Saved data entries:

----------

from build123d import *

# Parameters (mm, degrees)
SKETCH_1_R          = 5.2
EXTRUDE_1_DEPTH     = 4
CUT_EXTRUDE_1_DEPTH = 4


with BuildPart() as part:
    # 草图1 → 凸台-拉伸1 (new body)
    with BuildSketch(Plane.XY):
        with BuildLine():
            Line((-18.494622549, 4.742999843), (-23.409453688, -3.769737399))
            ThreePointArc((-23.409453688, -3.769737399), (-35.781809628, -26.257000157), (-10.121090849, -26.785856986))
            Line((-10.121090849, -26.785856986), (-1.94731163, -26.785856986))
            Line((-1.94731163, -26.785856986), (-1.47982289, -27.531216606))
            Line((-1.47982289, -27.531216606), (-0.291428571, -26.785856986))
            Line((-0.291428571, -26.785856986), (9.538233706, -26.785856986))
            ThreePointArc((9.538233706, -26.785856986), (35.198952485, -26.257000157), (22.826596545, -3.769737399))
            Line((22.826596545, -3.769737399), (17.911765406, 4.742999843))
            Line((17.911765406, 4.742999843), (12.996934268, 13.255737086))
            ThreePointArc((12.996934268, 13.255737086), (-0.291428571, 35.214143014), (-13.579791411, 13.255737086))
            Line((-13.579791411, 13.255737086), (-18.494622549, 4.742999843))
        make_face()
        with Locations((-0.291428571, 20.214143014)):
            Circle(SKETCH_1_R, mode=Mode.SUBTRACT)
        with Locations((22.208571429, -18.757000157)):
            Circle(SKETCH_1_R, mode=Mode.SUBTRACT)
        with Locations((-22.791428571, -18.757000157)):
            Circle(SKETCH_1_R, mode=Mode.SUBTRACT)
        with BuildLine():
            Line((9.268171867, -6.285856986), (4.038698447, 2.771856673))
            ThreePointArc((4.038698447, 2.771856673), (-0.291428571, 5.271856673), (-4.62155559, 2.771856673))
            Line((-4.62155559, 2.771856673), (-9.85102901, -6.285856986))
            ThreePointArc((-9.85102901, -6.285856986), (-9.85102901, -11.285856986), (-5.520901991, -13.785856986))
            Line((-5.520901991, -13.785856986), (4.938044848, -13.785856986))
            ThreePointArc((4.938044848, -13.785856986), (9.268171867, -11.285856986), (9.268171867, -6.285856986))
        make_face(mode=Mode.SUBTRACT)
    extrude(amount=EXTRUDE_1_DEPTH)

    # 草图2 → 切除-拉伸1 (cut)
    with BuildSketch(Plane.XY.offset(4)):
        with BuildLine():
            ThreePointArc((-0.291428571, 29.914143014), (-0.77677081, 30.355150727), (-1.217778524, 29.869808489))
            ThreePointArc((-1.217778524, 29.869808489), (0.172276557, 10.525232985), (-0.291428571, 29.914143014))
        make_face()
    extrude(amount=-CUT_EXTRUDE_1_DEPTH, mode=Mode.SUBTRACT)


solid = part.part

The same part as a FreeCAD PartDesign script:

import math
import FreeCAD as App
import Part
import Sketcher

V = App.Vector
Q = App.Units.Quantity

doc = App.newDocument("Part")
body = doc.addObject("PartDesign::Body", "Body")

sketch1 = body.newObject("Sketcher::SketchObject", "Sketch")
sketch1.AttachmentSupport = (doc.getObject("XY_Plane"), [""])
sketch1.MapMode = "FlatFace"
sketch1.addGeometry(Part.LineSegment(V(-18.5, 4.7, 0), V(-23.4, -3.8, 0)), False)
sketch1.addGeometry(Part.ArcOfCircle(Part.Circle(V(-22.8, -18.8, 0), V(0, 0, 1), 15), math.radians(92), math.radians(328)), False)
sketch1.addGeometry(Part.LineSegment(V(-10.1, -26.8, 0), V(-1.9, -26.8, 0)), False)
sketch1.addGeometry(Part.LineSegment(V(-1.9, -26.8, 0), V(-1.5, -27.5, 0)), False)
sketch1.addGeometry(Part.LineSegment(V(-1.5, -27.5, 0), V(-0.3, -26.8, 0)), False)
sketch1.addGeometry(Part.LineSegment(V(-0.3, -26.8, 0), V(9.5, -26.8, 0)), False)
sketch1.addGeometry(Part.ArcOfCircle(Part.Circle(V(22.2, -18.8, 0), V(0, 0, 1), 15), math.radians(-148), math.radians(88)), False)
sketch1.addGeometry(Part.LineSegment(V(22.8, -3.8, 0), V(17.9, 4.7, 0)), False)
sketch1.addGeometry(Part.LineSegment(V(17.9, 4.7, 0), V(13, 13.3, 0)), False)
sketch1.addGeometry(Part.ArcOfCircle(Part.Circle(V(-0.3, 20.2, 0), V(0, 0, 1), 15), math.radians(-28), math.radians(208)), False)
sketch1.addGeometry(Part.LineSegment(V(-13.6, 13.3, 0), V(-18.5, 4.7, 0)), False)
sketch1.addGeometry(Part.Circle(V(-22.8, -18.8, 0), V(0, 0, 1), 5.2), False)
sketch1.addGeometry(Part.LineSegment(V(4, 2.8, 0), V(9.3, -6.3, 0)), False)
sketch1.addGeometry(Part.ArcOfCircle(Part.Circle(V(4.9, -8.8, 0), V(0, 0, 1), 5), math.radians(-90), math.radians(30)), False)
sketch1.addGeometry(Part.LineSegment(V(4.9, -13.8, 0), V(-5.5, -13.8, 0)), False)
sketch1.addGeometry(Part.ArcOfCircle(Part.Circle(V(-5.5, -8.8, 0), V(0, 0, 1), 5), math.radians(150), math.radians(270)), False)
sketch1.addGeometry(Part.LineSegment(V(-9.9, -6.3, 0), V(-4.6, 2.8, 0)), False)
sketch1.addGeometry(Part.ArcOfCircle(Part.Circle(V(-0.3, 0.3, 0), V(0, 0, 1), 5), math.radians(30), math.radians(150)), False)
sketch1.addGeometry(Part.Circle(V(22.2, -18.8, 0), V(0, 0, 1), 5.2), False)
sketch1.addGeometry(Part.Circle(V(-0.3, 20.2, 0), V(0, 0, 1), 5.2), False)
sketch1.addConstraint(Sketcher.Constraint("Coincident", 0, 2, 1, 1))
sketch1.addConstraint(Sketcher.Constraint("Coincident", 1, 2, 2, 1))
sketch1.addConstraint(Sketcher.Constraint("Coincident", 2, 2, 3, 1))
sketch1.addConstraint(Sketcher.Constraint("Coincident", 3, 2, 4, 1))
sketch1.addConstraint(Sketcher.Constraint("Coincident", 4, 2, 5, 1))
sketch1.addConstraint(Sketcher.Constraint("Coincident", 5, 2, 6, 1))
sketch1.addConstraint(Sketcher.Constraint("Coincident", 6, 2, 7, 1))
sketch1.addConstraint(Sketcher.Constraint("Coincident", 7, 2, 8, 1))
sketch1.addConstraint(Sketcher.Constraint("Coincident", 8, 2, 9, 1))
sketch1.addConstraint(Sketcher.Constraint("Coincident", 9, 2, 10, 1))
sketch1.addConstraint(Sketcher.Constraint("Coincident", 10, 2, 0, 1))
sketch1.addConstraint(Sketcher.Constraint("Tangent", 12, 2, 13, 2))
sketch1.addConstraint(Sketcher.Constraint("Tangent", 13, 1, 14, 1))
sketch1.addConstraint(Sketcher.Constraint("Tangent", 14, 2, 15, 2))
sketch1.addConstraint(Sketcher.Constraint("Tangent", 15, 1, 16, 1))
sketch1.addConstraint(Sketcher.Constraint("Tangent", 16, 2, 17, 2))
sketch1.addConstraint(Sketcher.Constraint("Tangent", 17, 1, 12, 1))
sketch1.addConstraint(Sketcher.Constraint("Horizontal", 2))
sketch1.addConstraint(Sketcher.Constraint("Horizontal", 5))
sketch1.addConstraint(Sketcher.Constraint("Horizontal", 14))
sketch1.addConstraint(Sketcher.Constraint("Coincident", 11, 3, 1, 3))
sketch1.addConstraint(Sketcher.Constraint("Coincident", 18, 3, 6, 3))
sketch1.addConstraint(Sketcher.Constraint("Coincident", 19, 3, 9, 3))
sketch1.addConstraint(Sketcher.Constraint("Equal", 1, 6))
sketch1.addConstraint(Sketcher.Constraint("Equal", 6, 9))
sketch1.addConstraint(Sketcher.Constraint("Equal", 13, 15))
sketch1.addConstraint(Sketcher.Constraint("Equal", 15, 17))
sketch1.addConstraint(Sketcher.Constraint("Equal", 11, 18))
sketch1.addConstraint(Sketcher.Constraint("Equal", 18, 19))
sketch1.addConstraint(Sketcher.Constraint("Perpendicular", 3, 4))
sketch1.addConstraint(Sketcher.Constraint("Parallel", 7, 8))
sketch1.addConstraint(Sketcher.Constraint("Parallel", 0, 10))
sketch1.addConstraint(Sketcher.Constraint("Parallel", 8, 12))
sketch1.addConstraint(Sketcher.Constraint("Parallel", 10, 16))
sketch1.addConstraint(Sketcher.Constraint("Horizontal", 1, 3, 6, 3))
sketch1.addConstraint(Sketcher.Constraint("Horizontal", 2, 2, 4, 2))
sketch1.addConstraint(Sketcher.Constraint("Horizontal", 0, 2, 6, 2))
sketch1.addConstraint(Sketcher.Constraint("Horizontal", 8, 2, 9, 2))
sketch1.addConstraint(Sketcher.Constraint("Horizontal", 7, 2, 10, 2))
sketch1.addConstraint(Sketcher.Constraint("Horizontal", 12, 2, 15, 1))
sketch1.addConstraint(Sketcher.Constraint("Vertical", 9, 3, 17, 3))
sketch1.addConstraint(Sketcher.Constraint("Vertical", 19, 3, 4, 2))
sketch1.addConstraint(Sketcher.Constraint("Equal", 7, 8))
sketch1.addConstraint(Sketcher.Constraint("Radius", 1, Q("15 mm")))
sketch1.addConstraint(Sketcher.Constraint("Radius", 13, Q("5 mm")))
sketch1.addConstraint(Sketcher.Constraint("Diameter", 11, Q("10.4 mm")))
sketch1.addConstraint(Sketcher.Constraint("Angle", 0, Q("-120 deg")))
sketch1.addConstraint(Sketcher.Constraint("DistanceX", 1, 3, 6, 3, Q("45 mm")))
sketch1.addConstraint(Sketcher.Constraint("DistanceY", 13, 3, 9, 3, Q("29 mm")))
sketch1.addConstraint(Sketcher.Constraint("DistanceY", 1, 2, 15, 3, Q("18 mm")))
sketch1.addConstraint(Sketcher.Constraint("DistanceY", 6, 3, 7, 2, Q("23.5 mm")))
sketch1.addConstraint(Sketcher.Constraint("DistanceY", 1, 3, -1, 1, Q("18.757 mm")))
sketch1.addConstraint(Sketcher.Constraint("DistanceX", 2, 1, 2, 2, Q("8.173779 mm")))
sketch1.addConstraint(Sketcher.Constraint("DistanceX", 15, 3, -1, 1, Q("5.520902 mm")))
sketch1.addConstraint(Sketcher.Constraint("DistanceX", -1, 1, 17, 1, Q("4.038698 mm")))
sketch1.addConstraint(Sketcher.Constraint("DistanceX", 0, 2, 13, 3, Q("28.347499 mm")))
sketch1.addConstraint(Sketcher.Constraint("DistanceX", 2, 2, 3, 2, Q("0.467489 mm")))
pad1 = body.newObject("PartDesign::Pad", "Pad")
pad1.Profile = sketch1
pad1.Length = 4

sketch2 = body.newObject("Sketcher::SketchObject", "Sketch001")
sketch2.AttachmentSupport = (doc.getObject("XY_Plane"), [""])
sketch2.MapMode = "FlatFace"
sketch2.AttachmentOffset = App.Placement(V(0, 0, 4), App.Rotation())
sketch2.addGeometry(Part.ArcOfCircle(Part.Circle(V(-0.75, 29.89, 0), V(0, 0, 1), 0.46), math.radians(3), math.radians(183)), False)
sketch2.addGeometry(Part.ArcOfCircle(Part.Circle(V(-0.29, 20.21, 0), V(0, 0, 1), 9.7), math.radians(95), math.radians(450)), False)
sketch2.addConstraint(Sketcher.Constraint("Coincident", 0, 1, 1, 2))
sketch2.addConstraint(Sketcher.Constraint("Coincident", 1, 1, 0, 2))
sketch2.addConstraint(Sketcher.Constraint("Vertical", 1, 3, 0, 1))
sketch2.addConstraint(Sketcher.Constraint("Radius", 1, Q("9.7 mm")))
sketch2.addConstraint(Sketcher.Constraint("Radius", 0, Q("0.463705 mm")))
sketch2.addConstraint(Sketcher.Constraint("DistanceX", 1, 3, -1, 1, Q("0.291429 mm")))
sketch2.addConstraint(Sketcher.Constraint("DistanceY", -1, 1, 1, 1, Q("29.869808 mm")))
sketch2.addConstraint(Sketcher.Constraint("DistanceX", 0, 3, -1, 1, Q("0.754604 mm")))
pocket1 = body.newObject("PartDesign::Pocket", "Pocket")
pocket1.Profile = sketch2
pocket1.Length = 4

doc.recompute()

----------

**EXERCISE DIRECTIONS**
Using the records above, list each line that includes "amount".

**YOUR SOLUTION**
    extrude(amount=EXTRUDE_1_DEPTH)
    extrude(amount=-CUT_EXTRUDE_1_DEPTH, mode=Mode.SUBTRACT)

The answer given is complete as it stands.